Technically, yes. But that doesn't mean I'm not going to at least give it a shot with him. It won't kill either of us to give it a chance.
no subject
(The atmosphere certainly doesn't lend itself to staying in the present moment. Lucretia is careful with this next question, as she understands the answers can be very personal in nature.) Have you, uh, been seeing ghosts?
(Perhaps she's been investigating them, if she is a detective. How exciting. Lucretia grins, chinning her hand.) I don't know if to hope you're inundated with work or not; is it going well?
no subject
I did, once. [ She's not going to go in to details. It's all incredibly raw all over again, seeing her autoreiv's disembodied head laid out on the pavement as if she hadn't laid what she could find of him to rest in cold soil on her own version of Earth long enough ago that it wouldn't be possible. ] - I've tried to avoid the spaces where they appear most often since. This place.. has a tendency to be too personal.

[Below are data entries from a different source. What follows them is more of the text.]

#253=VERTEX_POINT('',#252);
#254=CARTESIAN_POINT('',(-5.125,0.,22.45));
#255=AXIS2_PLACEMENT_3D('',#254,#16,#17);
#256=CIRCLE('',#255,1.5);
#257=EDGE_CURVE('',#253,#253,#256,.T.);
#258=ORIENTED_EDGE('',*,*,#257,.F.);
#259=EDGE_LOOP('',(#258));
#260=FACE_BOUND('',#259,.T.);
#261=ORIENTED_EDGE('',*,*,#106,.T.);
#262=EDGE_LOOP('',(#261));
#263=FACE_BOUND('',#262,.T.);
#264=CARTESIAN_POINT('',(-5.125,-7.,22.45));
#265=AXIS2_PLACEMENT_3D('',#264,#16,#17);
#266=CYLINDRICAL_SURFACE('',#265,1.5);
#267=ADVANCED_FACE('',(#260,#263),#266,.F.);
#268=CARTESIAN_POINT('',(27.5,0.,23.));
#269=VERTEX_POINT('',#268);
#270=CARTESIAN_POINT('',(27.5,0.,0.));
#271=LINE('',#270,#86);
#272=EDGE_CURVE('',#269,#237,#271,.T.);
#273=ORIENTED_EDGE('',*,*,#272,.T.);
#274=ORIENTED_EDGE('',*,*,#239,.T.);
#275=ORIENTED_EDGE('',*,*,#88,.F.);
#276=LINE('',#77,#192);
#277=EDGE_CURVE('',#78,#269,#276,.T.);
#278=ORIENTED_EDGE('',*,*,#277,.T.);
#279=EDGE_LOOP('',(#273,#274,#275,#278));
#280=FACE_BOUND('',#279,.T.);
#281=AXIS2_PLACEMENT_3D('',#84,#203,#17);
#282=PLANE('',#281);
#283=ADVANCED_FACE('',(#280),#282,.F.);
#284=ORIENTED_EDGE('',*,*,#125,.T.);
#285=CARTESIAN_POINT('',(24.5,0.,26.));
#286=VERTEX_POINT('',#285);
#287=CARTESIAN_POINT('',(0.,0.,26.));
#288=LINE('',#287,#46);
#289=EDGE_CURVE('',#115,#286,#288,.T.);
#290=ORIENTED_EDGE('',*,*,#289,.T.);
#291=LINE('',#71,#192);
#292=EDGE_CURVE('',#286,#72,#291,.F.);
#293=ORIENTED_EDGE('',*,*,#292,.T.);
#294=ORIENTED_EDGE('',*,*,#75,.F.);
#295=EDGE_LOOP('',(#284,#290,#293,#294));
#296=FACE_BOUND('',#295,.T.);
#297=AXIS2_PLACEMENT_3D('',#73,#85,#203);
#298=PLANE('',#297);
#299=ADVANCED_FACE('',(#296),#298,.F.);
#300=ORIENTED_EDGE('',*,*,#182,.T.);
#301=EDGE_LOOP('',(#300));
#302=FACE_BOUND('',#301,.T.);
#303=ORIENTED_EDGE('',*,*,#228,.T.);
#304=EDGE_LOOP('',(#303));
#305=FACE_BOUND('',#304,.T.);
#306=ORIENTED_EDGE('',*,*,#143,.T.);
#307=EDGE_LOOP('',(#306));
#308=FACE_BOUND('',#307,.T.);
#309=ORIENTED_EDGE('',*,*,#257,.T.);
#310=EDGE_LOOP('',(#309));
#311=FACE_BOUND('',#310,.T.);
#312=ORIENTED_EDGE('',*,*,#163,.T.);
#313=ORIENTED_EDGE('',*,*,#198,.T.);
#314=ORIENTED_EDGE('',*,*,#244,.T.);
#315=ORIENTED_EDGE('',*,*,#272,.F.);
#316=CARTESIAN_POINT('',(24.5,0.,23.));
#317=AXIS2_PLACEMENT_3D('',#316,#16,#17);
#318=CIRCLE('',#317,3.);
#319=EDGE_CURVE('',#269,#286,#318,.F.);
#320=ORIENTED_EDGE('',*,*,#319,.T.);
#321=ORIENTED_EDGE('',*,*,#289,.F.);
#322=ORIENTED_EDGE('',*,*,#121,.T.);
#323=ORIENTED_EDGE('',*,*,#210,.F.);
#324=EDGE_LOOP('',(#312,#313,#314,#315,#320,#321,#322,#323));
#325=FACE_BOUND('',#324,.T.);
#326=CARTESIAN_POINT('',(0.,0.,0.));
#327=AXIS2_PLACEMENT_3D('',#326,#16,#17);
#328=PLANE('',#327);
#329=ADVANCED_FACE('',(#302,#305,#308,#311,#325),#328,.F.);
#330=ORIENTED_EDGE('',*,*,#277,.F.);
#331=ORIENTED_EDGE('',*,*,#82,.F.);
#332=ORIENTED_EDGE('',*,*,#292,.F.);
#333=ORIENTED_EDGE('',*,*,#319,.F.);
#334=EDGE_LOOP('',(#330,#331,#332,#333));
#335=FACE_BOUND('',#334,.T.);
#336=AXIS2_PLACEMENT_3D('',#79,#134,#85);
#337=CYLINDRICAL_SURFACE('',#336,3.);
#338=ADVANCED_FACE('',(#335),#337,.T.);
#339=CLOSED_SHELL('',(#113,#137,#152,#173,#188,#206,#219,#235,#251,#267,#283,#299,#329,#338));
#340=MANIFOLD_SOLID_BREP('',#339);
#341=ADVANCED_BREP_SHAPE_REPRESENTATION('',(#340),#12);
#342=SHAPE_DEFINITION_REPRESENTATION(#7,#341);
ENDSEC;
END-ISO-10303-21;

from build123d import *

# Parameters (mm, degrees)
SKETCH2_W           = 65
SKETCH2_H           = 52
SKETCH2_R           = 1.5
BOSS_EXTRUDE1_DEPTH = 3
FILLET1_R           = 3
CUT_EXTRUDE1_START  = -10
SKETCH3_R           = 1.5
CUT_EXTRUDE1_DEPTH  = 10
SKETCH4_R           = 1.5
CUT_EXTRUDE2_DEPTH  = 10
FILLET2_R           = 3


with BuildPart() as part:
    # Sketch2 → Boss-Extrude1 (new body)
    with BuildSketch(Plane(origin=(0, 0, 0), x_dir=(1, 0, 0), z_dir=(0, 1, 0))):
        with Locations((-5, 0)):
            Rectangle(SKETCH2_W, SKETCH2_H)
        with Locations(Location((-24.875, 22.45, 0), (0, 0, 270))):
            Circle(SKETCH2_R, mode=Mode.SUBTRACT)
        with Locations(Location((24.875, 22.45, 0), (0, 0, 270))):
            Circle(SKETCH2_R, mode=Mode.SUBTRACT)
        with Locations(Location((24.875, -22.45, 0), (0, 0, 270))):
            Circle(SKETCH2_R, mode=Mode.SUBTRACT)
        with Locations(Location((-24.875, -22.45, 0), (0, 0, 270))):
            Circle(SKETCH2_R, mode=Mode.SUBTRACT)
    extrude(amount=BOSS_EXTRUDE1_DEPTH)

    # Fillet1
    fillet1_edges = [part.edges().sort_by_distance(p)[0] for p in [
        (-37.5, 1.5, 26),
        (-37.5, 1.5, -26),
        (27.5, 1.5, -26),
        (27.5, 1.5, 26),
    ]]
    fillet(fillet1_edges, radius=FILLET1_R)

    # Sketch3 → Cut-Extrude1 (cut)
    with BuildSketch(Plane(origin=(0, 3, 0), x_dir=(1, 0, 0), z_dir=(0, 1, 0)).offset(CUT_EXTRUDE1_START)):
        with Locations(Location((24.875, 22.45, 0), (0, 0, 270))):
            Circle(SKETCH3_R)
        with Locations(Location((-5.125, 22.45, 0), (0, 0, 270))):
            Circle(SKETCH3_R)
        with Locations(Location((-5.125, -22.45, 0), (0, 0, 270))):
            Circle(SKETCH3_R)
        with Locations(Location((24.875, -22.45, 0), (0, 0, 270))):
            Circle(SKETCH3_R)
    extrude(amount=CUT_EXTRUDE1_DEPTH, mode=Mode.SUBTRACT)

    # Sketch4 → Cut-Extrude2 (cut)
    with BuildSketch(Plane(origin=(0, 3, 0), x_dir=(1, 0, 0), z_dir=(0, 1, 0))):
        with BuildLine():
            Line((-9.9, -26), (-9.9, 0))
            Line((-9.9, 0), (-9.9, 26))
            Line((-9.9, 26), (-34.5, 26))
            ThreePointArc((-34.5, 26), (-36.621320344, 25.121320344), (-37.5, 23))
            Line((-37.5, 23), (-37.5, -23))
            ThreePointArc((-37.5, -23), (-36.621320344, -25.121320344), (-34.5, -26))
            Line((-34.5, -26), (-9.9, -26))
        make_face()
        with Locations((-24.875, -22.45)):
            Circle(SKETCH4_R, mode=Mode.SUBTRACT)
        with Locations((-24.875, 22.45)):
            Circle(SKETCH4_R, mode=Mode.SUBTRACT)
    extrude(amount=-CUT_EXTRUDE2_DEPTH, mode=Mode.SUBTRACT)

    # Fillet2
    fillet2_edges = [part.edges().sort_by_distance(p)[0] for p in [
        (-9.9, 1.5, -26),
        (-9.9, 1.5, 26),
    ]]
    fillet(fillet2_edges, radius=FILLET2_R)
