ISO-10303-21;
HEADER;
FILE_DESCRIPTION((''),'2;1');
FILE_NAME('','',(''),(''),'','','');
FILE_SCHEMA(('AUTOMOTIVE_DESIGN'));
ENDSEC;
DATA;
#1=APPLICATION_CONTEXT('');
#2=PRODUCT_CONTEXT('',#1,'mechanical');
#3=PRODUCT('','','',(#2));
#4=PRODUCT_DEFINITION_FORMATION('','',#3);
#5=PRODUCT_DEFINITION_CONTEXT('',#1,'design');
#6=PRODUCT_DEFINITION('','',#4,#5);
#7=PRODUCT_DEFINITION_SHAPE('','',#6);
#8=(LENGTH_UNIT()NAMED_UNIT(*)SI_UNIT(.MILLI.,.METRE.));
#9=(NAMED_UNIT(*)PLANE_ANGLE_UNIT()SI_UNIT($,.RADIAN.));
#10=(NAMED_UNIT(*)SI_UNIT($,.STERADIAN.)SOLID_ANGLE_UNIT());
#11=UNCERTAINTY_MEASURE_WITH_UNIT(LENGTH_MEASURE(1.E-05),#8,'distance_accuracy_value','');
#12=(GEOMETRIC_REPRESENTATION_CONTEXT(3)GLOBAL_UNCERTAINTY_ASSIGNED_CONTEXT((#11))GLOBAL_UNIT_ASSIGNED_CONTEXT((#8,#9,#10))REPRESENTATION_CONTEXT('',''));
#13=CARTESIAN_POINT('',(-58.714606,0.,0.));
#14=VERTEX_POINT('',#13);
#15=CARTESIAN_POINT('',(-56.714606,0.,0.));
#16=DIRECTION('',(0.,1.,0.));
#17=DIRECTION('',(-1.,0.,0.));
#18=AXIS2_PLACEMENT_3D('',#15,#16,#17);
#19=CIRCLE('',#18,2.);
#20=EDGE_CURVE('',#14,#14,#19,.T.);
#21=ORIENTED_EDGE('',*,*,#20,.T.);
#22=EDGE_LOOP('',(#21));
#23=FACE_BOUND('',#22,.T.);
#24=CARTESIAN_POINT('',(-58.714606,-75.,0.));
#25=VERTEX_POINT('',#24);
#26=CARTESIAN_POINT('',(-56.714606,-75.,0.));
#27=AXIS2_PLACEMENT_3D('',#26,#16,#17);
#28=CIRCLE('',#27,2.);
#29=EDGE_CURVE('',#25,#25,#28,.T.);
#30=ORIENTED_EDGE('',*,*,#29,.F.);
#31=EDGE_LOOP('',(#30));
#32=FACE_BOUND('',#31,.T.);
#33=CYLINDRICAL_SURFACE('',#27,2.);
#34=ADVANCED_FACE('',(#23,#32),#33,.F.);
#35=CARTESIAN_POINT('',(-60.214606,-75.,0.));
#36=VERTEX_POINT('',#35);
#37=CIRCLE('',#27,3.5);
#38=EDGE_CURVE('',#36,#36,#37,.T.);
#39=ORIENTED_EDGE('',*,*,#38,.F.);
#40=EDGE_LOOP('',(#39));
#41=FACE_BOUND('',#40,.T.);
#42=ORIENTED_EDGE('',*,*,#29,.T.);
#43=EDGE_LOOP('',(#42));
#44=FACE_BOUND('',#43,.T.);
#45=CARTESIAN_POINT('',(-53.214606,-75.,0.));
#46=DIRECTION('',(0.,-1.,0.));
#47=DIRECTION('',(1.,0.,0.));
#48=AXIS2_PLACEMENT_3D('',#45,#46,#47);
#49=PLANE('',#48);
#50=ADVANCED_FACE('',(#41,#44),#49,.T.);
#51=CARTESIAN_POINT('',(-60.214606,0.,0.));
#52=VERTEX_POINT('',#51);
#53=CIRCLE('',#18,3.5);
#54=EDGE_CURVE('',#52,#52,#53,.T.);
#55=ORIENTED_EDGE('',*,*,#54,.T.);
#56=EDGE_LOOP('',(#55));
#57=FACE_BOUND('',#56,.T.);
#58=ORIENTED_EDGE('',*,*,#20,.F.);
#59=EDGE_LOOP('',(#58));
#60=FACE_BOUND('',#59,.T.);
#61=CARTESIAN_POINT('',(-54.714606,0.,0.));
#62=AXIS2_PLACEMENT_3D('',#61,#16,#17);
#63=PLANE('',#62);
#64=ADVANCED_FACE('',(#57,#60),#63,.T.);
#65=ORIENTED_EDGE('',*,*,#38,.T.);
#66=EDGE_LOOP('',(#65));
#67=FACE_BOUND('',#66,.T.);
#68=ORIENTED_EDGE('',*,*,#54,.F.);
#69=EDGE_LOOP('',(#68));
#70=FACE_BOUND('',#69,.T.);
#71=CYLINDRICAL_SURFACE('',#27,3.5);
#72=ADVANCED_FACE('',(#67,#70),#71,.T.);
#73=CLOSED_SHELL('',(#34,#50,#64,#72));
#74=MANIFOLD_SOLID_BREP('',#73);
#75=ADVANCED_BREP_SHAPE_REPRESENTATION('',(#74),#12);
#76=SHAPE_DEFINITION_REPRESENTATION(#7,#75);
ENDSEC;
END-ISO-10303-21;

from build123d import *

# Parameters (mm, degrees)
ESBO_O1_W = 1.5
ESBO_O1_H = 75


with BuildPart() as part:
    # Esboço1 → Revolução1 (revolve)
    with BuildSketch(Plane(origin=(0, 0, 0), x_dir=(-1, 0, 0), z_dir=(0, 0, -1))):
        with Locations((53.96460554, -37.5)):
            Rectangle(ESBO_O1_W, ESBO_O1_H)
    revolve(axis=Axis((-56.71460554, -75, 0), (0, 1, 0)))


solid = part.part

[ At least when it comes to work she's happy for the diversion to the subject, making a slight hand weighing motion. ]
Good and bad. This place is not nearly as active as home, but that's not a bad thing for the residents. People do generally have petty crime things going at all times, small cases where we're seeking out missing persons outside in the old city.. I actually prefer those.
Exploring the ruins is almost... relaxing in a way.